[Stored data]

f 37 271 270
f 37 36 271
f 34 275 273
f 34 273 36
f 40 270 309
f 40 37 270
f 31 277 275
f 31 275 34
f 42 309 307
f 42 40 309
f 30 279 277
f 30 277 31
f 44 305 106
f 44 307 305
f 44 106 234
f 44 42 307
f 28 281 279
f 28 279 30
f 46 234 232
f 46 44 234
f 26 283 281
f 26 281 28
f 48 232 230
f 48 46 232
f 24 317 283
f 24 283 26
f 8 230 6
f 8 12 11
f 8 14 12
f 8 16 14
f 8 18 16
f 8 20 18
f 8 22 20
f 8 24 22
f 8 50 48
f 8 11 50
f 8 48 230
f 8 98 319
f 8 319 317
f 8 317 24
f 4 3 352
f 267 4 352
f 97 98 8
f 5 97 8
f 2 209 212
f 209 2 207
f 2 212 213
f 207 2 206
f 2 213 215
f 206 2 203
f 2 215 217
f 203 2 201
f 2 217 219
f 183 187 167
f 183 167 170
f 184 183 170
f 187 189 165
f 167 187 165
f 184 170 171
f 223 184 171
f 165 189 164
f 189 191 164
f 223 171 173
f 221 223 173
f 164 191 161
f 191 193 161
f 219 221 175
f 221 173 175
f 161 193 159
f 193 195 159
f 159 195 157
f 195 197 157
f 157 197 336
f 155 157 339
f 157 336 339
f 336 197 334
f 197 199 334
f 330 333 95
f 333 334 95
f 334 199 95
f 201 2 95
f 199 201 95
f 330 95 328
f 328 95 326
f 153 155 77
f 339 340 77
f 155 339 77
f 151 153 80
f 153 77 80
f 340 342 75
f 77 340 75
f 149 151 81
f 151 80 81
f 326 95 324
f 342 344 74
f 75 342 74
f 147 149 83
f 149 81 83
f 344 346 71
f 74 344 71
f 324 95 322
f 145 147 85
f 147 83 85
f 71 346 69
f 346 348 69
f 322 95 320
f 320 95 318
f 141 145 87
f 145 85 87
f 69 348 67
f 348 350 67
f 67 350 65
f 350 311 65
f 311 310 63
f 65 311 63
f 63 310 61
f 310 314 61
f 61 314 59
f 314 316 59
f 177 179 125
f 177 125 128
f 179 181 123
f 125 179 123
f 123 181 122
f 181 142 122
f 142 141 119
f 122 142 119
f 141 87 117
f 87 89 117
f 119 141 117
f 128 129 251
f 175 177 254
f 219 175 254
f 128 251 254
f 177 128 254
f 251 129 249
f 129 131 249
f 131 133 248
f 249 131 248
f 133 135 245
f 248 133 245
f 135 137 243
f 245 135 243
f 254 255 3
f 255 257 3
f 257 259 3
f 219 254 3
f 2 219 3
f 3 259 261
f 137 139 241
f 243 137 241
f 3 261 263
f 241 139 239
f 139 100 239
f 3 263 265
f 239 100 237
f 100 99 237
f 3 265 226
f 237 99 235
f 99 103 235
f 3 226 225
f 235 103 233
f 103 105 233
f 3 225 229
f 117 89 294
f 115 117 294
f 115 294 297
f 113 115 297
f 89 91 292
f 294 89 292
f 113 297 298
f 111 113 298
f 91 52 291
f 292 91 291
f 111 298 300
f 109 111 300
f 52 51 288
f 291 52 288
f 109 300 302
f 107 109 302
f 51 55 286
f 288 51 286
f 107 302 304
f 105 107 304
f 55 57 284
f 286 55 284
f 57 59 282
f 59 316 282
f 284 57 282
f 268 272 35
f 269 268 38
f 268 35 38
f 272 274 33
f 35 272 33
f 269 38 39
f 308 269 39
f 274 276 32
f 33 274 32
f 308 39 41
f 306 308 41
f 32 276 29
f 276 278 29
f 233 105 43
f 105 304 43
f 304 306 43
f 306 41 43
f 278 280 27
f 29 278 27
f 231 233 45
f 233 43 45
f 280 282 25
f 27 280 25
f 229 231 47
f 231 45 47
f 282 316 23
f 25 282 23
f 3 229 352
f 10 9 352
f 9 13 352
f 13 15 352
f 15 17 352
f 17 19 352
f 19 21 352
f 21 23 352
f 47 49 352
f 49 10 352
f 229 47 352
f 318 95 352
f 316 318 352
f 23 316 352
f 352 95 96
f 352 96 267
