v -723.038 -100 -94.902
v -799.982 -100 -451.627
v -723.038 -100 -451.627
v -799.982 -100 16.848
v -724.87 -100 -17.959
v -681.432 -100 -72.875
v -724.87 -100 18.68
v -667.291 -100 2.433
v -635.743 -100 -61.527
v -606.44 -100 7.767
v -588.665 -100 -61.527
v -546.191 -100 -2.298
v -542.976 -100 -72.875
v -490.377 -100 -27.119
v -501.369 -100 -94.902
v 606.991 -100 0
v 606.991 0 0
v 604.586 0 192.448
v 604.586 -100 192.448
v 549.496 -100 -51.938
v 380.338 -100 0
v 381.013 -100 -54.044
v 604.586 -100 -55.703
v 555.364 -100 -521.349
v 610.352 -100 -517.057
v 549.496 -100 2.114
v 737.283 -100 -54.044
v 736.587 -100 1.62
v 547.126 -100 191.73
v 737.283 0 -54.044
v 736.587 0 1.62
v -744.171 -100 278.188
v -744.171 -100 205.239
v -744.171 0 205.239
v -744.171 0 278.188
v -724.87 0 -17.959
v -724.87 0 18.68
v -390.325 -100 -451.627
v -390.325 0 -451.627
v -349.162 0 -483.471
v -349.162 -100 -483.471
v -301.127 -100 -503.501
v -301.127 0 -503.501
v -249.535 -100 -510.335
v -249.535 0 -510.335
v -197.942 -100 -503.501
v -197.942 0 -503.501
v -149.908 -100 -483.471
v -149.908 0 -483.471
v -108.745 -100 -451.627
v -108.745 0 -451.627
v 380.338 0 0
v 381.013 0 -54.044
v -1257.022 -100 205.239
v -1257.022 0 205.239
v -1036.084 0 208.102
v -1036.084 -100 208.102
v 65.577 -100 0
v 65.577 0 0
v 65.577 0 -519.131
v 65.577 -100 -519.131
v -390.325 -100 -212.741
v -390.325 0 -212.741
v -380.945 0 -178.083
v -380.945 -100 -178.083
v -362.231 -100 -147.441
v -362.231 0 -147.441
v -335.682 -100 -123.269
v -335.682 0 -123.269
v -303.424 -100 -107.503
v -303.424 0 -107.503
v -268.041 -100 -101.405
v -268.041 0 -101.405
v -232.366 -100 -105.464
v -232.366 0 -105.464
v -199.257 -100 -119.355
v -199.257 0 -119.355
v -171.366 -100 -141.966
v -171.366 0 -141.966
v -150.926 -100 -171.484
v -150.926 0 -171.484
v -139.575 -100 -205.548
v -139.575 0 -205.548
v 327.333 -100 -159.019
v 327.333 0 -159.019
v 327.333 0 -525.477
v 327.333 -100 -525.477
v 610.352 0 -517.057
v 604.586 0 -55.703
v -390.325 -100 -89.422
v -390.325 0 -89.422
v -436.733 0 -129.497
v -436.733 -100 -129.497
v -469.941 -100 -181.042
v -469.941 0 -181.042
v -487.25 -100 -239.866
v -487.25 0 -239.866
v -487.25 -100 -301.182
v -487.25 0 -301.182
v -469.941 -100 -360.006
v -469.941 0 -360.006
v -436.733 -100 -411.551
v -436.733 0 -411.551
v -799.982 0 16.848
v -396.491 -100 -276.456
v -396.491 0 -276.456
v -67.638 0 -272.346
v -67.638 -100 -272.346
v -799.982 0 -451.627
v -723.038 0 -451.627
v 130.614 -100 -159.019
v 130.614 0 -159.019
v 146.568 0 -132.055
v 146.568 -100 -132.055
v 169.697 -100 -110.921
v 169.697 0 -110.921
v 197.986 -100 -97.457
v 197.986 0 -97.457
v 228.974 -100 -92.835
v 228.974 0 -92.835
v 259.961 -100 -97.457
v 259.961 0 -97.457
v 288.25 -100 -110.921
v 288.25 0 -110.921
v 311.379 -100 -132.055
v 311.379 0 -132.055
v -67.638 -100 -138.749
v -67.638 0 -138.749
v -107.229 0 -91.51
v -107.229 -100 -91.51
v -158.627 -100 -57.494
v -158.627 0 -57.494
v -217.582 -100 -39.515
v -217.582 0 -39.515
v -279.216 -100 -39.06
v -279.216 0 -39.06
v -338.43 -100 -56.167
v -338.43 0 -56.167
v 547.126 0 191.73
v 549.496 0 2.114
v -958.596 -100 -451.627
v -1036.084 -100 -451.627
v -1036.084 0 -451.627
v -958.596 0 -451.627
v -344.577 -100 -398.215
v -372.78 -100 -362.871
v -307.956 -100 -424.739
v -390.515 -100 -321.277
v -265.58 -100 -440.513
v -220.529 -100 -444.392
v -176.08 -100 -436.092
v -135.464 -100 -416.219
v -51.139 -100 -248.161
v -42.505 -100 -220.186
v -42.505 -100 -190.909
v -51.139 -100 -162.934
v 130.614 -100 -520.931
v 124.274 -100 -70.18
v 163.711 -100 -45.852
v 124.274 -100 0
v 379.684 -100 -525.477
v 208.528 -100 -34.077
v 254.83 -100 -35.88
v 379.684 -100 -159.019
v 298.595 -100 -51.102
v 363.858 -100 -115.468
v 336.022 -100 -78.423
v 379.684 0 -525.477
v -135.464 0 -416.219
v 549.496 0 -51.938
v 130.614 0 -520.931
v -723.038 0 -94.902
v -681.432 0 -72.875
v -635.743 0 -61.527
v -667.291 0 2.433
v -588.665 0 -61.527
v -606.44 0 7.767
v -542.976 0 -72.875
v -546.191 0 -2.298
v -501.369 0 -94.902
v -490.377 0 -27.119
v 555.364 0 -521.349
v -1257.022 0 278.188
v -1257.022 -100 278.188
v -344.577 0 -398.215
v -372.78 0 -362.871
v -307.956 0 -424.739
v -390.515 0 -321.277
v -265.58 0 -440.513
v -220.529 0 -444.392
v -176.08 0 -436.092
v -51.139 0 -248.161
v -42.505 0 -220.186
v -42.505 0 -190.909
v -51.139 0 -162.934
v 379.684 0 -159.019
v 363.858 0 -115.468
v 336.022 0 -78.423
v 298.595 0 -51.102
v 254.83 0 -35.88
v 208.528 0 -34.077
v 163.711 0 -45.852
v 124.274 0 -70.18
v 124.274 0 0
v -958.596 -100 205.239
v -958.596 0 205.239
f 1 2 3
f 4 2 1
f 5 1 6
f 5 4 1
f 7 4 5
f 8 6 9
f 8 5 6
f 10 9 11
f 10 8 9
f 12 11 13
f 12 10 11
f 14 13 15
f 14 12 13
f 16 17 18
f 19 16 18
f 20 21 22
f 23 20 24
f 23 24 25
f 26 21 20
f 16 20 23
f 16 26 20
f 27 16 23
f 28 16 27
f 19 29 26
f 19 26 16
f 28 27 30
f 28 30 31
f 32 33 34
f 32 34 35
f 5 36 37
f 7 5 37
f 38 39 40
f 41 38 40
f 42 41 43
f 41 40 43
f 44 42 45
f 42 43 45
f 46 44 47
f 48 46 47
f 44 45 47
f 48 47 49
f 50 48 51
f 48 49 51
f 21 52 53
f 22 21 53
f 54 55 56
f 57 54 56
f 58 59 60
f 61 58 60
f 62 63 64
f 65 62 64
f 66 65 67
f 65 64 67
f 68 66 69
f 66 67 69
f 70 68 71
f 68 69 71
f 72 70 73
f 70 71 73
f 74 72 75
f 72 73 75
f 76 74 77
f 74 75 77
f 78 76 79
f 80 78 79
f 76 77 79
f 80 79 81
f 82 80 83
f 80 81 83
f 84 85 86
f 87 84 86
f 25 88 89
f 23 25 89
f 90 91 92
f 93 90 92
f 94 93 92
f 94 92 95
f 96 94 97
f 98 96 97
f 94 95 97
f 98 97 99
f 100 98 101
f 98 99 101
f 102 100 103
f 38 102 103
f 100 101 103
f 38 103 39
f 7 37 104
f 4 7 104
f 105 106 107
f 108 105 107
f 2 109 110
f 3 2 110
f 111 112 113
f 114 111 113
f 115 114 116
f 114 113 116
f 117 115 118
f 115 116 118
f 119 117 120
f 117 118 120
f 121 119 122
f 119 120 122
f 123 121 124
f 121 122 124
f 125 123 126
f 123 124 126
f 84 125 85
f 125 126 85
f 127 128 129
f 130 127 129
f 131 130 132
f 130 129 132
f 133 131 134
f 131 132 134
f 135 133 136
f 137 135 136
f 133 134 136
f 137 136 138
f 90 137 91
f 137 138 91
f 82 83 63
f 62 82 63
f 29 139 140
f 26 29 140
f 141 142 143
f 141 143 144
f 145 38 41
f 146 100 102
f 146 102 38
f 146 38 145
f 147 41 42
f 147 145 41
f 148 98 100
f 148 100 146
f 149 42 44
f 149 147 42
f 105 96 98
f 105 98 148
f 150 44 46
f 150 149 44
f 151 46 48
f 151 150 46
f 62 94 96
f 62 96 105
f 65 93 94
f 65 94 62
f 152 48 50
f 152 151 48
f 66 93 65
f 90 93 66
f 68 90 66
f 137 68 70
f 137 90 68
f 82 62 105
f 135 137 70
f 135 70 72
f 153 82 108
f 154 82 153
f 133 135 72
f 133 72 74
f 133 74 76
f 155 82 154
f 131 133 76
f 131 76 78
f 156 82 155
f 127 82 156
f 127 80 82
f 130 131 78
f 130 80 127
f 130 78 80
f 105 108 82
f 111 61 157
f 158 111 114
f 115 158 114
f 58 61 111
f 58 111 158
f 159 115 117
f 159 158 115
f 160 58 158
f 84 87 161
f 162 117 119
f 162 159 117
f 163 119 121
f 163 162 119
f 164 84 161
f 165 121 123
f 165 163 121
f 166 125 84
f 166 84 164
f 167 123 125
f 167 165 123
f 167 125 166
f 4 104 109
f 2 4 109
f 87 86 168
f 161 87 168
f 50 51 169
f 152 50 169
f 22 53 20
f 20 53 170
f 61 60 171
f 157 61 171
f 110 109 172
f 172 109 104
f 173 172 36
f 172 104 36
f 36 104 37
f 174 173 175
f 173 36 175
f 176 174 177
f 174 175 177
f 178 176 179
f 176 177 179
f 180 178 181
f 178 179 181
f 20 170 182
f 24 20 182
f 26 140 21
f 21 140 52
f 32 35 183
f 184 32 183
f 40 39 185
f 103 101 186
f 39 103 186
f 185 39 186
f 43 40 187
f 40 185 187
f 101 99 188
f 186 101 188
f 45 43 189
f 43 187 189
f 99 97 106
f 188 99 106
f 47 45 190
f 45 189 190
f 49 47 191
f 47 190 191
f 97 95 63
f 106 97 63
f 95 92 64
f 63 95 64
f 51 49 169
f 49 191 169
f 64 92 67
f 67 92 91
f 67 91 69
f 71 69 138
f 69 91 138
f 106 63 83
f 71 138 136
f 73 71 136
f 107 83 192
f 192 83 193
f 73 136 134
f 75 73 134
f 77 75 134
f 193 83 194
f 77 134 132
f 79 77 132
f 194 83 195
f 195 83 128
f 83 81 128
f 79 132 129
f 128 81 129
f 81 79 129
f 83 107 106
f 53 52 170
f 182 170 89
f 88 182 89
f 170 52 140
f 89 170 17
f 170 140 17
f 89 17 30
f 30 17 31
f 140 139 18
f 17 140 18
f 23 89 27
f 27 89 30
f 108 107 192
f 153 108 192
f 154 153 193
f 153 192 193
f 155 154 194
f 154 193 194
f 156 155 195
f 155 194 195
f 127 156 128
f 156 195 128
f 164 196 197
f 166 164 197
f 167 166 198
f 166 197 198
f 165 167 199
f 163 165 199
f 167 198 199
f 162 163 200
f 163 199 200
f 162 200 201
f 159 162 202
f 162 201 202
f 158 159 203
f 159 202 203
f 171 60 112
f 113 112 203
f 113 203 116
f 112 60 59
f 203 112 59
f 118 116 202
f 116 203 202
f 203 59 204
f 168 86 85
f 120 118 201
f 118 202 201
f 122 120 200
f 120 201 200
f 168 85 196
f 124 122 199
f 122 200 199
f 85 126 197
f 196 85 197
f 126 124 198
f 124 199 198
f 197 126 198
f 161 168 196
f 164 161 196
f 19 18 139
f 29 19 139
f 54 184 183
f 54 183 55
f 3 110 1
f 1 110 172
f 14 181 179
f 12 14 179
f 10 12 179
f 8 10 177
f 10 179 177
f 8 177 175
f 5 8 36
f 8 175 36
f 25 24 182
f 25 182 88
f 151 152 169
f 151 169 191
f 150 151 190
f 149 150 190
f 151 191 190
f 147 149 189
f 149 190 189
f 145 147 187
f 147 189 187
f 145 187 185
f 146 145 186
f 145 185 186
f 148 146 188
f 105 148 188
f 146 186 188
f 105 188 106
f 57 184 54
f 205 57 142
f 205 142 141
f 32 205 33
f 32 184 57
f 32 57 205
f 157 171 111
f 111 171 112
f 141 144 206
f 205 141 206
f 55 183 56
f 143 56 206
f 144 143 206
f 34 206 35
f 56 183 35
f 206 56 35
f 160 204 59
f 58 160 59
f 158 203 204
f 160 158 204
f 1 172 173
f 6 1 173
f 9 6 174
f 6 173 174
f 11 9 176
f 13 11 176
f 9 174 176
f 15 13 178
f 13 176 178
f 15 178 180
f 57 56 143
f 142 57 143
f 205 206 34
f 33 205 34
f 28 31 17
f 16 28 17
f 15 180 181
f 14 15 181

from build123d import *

# Parameters (mm, degrees)
F1_DEPTH = 100
F2_DEPTH = 100
F3_DEPTH = 100
F4_DEPTH = 100
F5_DEPTH = 100


with BuildPart() as f1:
    # F0 (on Front) → F1 (new body)
    with BuildSketch(Plane.XZ):
        Polygon((-1036.084294, 208.102405), (-1036.084294, -451.626509), (-958.595753, -451.626509), (-958.595753, 205.239475), (-744.171321, 205.239475), (-744.171321, 278.18799), (-1257.021546, 278.18799), (-1257.021546, 205.239475), align=None)
    extrude(amount=F1_DEPTH)


with BuildPart() as f2:
    # F0 (on Front) → F2 (new body)
    with BuildSketch(Plane.XZ):
        with BuildLine():
            Line((-799.981534, 16.84829), (-799.981534, -451.626509))
            Line((-799.981534, -451.626509), (-723.038435, -451.626509))
            Line((-723.038435, -451.626509), (-723.038435, -94.902396))
            ThreePointArc((-723.038435, -94.902396), (-612.203747, -60.092636), (-501.369059, -94.902396))
            Line((-501.369059, -94.902396), (-490.377158, -27.119182))
            ThreePointArc((-490.377158, -27.119182), (-606.43998, 7.766619), (-724.870443, -17.959304))
            Line((-724.870443, -17.959304), (-724.870443, 18.680276))
            Line((-724.870443, 18.680276), (-799.981534, 16.84829))
        make_face()
    extrude(amount=F2_DEPTH)


with BuildPart() as f3:
    # F0 (on Front) → F3 (new body)
    with BuildSketch(Plane.XZ):
        with BuildLine():
            ThreePointArc((-390.324742, -89.421645), (-489.446747, -270.524077), (-390.324742, -451.626509))
            ThreePointArc((-390.324742, -451.626509), (-249.534879, -510.334954), (-108.745016, -451.626509))
            Line((-108.745016, -451.626509), (-135.464251, -416.218519))
            ThreePointArc((-135.464251, -416.218519), (-307.956148, -424.738771), (-396.490693, -276.456326))
            Line((-396.490693, -276.456326), (-67.638494, -272.345692))
            ThreePointArc((-67.638494, -272.345692), (-41.40752, -205.547586), (-67.638494, -138.74948))
            ThreePointArc((-67.638494, -138.74948), (-217.582235, -39.514601), (-390.324742, -89.421645))
        make_face()
        with BuildLine():
            ThreePointArc((-390.324742, -212.741211), (-268.040688, -101.404954), (-139.574878, -205.547586))
            Line((-139.574878, -205.547586), (-390.324742, -212.741211))
        make_face(mode=Mode.SUBTRACT)
    extrude(amount=F3_DEPTH)


with BuildPart() as f4:
    # F0 (on Front) → F4 (new body)
    with BuildSketch(Plane.XZ):
        with BuildLine():
            Line((65.577313, 0), (65.577313, -519.131422))
            Line((65.577313, -519.131422), (130.613767, -520.931278))
            Line((130.613767, -520.931278), (130.613767, -159.01868))
            ThreePointArc((130.613767, -159.01868), (228.973519, -92.834761), (327.333272, -159.01868))
            Line((327.333272, -159.01868), (327.333272, -525.476992))
            Line((327.333272, -525.476992), (379.684448, -525.476992))
            Line((379.684448, -525.476992), (379.684448, -159.01868))
            ThreePointArc((379.684448, -159.01868), (277.276649, -41.869555), (124.274112, -70.180312))
            Line((124.274112, -70.180312), (124.274112, 0))
            Line((124.274112, 0), (65.577313, 0))
        make_face()
    extrude(amount=F4_DEPTH)


with BuildPart() as f5:
    # F0 (on Front) → F5 (new body)
    with BuildSketch(Plane.XZ):
        Polygon((549.496159, -51.937837), (555.363774, -521.349132), (610.35245, -517.057402), (604.58554, -55.702572), (737.282773, -54.043864), (736.586978, 1.619941), (606.99113, 0), (604.58554, 192.448024), (547.125978, 191.729783), (549.496159, 2.114472), (380.337652, 0), (381.013197, -54.043864), align=None)
    extrude(amount=F5_DEPTH)


solid = Compound([f1.part, f2.part, f3.part, f4.part, f5.part])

**INSTRUCTIONS FOR THE TASK**
All that belongs in your answer is the stretch of entries above from the line with "f 162 200 201" through the line with "f 145 147 187", printed exactly.

**SOLUTION FOR THIS TASK**
f 162 200 201
f 159 162 202
f 162 201 202
f 158 159 203
f 159 202 203
f 171 60 112
f 113 112 203
f 113 203 116
f 112 60 59
f 203 112 59
f 118 116 202
f 116 203 202
f 203 59 204
f 168 86 85
f 120 118 201
f 118 202 201
f 122 120 200
f 120 201 200
f 168 85 196
f 124 122 199
f 122 200 199
f 85 126 197
f 196 85 197
f 126 124 198
f 124 199 198
f 197 126 198
f 161 168 196
f 164 161 196
f 19 18 139
f 29 19 139
f 54 184 183
f 54 183 55
f 3 110 1
f 1 110 172
f 14 181 179
f 12 14 179
f 10 12 179
f 8 10 177
f 10 179 177
f 8 177 175
f 5 8 36
f 8 175 36
f 25 24 182
f 25 182 88
f 151 152 169
f 151 169 191
f 150 151 190
f 149 150 190
f 151 191 190
f 147 149 189
f 149 190 189
f 145 147 187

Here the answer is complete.